## Required work
Your task is to reproduce exactly the lines that run from the beginning of the data through the line where "# FreeCAD 1.0 macro for this part" appears.

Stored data
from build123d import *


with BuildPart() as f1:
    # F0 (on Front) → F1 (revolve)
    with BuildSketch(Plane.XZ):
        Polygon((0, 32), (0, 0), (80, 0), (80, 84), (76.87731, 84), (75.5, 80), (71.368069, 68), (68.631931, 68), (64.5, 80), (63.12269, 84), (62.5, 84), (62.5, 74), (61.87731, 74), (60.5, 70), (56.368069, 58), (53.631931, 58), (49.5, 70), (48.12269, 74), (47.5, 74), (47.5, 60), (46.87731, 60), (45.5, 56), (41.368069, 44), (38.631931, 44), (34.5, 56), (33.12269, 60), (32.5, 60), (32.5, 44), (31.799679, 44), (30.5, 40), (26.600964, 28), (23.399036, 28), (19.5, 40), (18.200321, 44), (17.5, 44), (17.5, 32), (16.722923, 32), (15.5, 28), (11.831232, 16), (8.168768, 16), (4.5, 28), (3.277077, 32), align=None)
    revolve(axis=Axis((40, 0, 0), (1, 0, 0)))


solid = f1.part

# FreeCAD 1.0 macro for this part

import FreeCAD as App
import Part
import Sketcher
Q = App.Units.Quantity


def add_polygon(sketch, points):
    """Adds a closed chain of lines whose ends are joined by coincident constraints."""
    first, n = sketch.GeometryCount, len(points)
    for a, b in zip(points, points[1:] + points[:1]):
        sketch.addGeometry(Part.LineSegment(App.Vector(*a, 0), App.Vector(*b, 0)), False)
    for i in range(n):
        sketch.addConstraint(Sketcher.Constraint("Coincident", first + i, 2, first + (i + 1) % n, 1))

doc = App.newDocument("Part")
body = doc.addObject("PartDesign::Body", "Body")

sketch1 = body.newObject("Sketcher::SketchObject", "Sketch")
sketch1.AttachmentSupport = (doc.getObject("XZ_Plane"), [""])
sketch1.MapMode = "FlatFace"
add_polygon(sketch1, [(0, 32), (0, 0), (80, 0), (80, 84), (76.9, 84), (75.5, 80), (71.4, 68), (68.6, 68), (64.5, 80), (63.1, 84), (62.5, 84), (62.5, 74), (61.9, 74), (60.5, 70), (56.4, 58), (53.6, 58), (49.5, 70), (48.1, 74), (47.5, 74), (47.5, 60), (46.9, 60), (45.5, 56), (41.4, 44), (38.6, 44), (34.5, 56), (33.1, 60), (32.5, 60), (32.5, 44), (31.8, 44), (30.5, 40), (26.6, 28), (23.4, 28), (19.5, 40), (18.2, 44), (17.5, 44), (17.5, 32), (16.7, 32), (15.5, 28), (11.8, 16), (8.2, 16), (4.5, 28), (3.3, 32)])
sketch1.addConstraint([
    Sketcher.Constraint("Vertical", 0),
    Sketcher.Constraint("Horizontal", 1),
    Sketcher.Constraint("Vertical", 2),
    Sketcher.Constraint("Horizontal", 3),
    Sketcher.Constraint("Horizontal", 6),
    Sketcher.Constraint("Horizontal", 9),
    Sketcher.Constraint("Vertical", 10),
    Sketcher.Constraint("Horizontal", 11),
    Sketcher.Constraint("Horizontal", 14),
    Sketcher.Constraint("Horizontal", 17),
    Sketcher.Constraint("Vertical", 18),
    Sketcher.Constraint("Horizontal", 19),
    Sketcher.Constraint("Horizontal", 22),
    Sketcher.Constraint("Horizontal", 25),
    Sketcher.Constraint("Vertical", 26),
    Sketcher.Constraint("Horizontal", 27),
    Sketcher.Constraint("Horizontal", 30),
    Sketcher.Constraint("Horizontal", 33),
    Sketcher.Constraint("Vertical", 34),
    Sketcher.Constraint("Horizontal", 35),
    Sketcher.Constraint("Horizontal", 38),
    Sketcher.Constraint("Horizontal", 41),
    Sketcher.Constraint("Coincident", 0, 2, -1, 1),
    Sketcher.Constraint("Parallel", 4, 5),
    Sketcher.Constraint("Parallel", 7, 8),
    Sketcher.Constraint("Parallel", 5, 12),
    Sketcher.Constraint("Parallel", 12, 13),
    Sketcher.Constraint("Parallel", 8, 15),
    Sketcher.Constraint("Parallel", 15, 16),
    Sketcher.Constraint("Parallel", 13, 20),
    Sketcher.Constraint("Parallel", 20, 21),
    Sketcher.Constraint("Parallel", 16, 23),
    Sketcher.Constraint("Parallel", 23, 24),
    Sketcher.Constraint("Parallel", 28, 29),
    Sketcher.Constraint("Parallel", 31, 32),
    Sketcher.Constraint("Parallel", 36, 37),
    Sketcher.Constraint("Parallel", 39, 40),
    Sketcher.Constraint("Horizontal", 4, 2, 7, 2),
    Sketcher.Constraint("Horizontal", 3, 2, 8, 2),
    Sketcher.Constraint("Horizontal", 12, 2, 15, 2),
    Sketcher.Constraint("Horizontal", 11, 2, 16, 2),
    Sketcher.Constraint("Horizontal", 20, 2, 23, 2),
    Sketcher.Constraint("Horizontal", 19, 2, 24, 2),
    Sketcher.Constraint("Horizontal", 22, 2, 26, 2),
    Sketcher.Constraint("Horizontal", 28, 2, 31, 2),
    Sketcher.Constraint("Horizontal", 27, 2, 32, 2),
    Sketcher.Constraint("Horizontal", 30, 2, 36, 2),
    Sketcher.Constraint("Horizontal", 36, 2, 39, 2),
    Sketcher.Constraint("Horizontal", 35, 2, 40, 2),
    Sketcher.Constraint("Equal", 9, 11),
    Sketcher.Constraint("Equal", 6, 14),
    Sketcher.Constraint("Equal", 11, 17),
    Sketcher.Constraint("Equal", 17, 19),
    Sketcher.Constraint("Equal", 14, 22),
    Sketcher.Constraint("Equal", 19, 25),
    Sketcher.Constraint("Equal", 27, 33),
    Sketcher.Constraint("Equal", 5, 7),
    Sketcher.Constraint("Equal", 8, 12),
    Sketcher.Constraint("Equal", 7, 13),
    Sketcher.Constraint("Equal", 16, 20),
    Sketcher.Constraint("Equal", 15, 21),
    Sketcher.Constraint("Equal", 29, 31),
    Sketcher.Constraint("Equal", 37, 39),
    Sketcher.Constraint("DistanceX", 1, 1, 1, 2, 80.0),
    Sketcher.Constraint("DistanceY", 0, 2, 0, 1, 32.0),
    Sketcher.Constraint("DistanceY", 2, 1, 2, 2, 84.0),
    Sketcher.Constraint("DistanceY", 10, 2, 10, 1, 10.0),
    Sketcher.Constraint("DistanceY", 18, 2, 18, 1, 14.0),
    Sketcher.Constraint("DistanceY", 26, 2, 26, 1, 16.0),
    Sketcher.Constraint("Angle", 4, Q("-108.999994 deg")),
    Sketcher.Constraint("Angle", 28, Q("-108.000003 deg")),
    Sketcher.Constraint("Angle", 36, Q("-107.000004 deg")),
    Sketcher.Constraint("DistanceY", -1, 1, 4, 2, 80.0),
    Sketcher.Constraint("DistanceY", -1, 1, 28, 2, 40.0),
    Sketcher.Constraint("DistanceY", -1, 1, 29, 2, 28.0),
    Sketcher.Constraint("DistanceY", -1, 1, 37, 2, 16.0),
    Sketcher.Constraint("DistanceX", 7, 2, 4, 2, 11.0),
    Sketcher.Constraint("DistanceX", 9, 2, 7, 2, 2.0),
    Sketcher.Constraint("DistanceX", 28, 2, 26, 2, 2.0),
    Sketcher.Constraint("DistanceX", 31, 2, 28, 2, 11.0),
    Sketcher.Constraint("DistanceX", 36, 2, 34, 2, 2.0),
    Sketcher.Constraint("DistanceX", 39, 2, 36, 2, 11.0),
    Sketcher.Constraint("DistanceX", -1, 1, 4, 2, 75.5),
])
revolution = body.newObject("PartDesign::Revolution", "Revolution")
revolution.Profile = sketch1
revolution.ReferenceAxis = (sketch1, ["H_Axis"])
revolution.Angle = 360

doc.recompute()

## Expected answer
from build123d import *


with BuildPart() as f1:
    # F0 (on Front) → F1 (revolve)
    with BuildSketch(Plane.XZ):
        Polygon((0, 32), (0, 0), (80, 0), (80, 84), (76.87731, 84), (75.5, 80), (71.368069, 68), (68.631931, 68), (64.5, 80), (63.12269, 84), (62.5, 84), (62.5, 74), (61.87731, 74), (60.5, 70), (56.368069, 58), (53.631931, 58), (49.5, 70), (48.12269, 74), (47.5, 74), (47.5, 60), (46.87731, 60), (45.5, 56), (41.368069, 44), (38.631931, 44), (34.5, 56), (33.12269, 60), (32.5, 60), (32.5, 44), (31.799679, 44), (30.5, 40), (26.600964, 28), (23.399036, 28), (19.5, 40), (18.200321, 44), (17.5, 44), (17.5, 32), (16.722923, 32), (15.5, 28), (11.831232, 16), (8.168768, 16), (4.5, 28), (3.277077, 32), align=None)
    revolve(axis=Axis((40, 0, 0), (1, 0, 0)))


solid = f1.part

# FreeCAD 1.0 macro for this part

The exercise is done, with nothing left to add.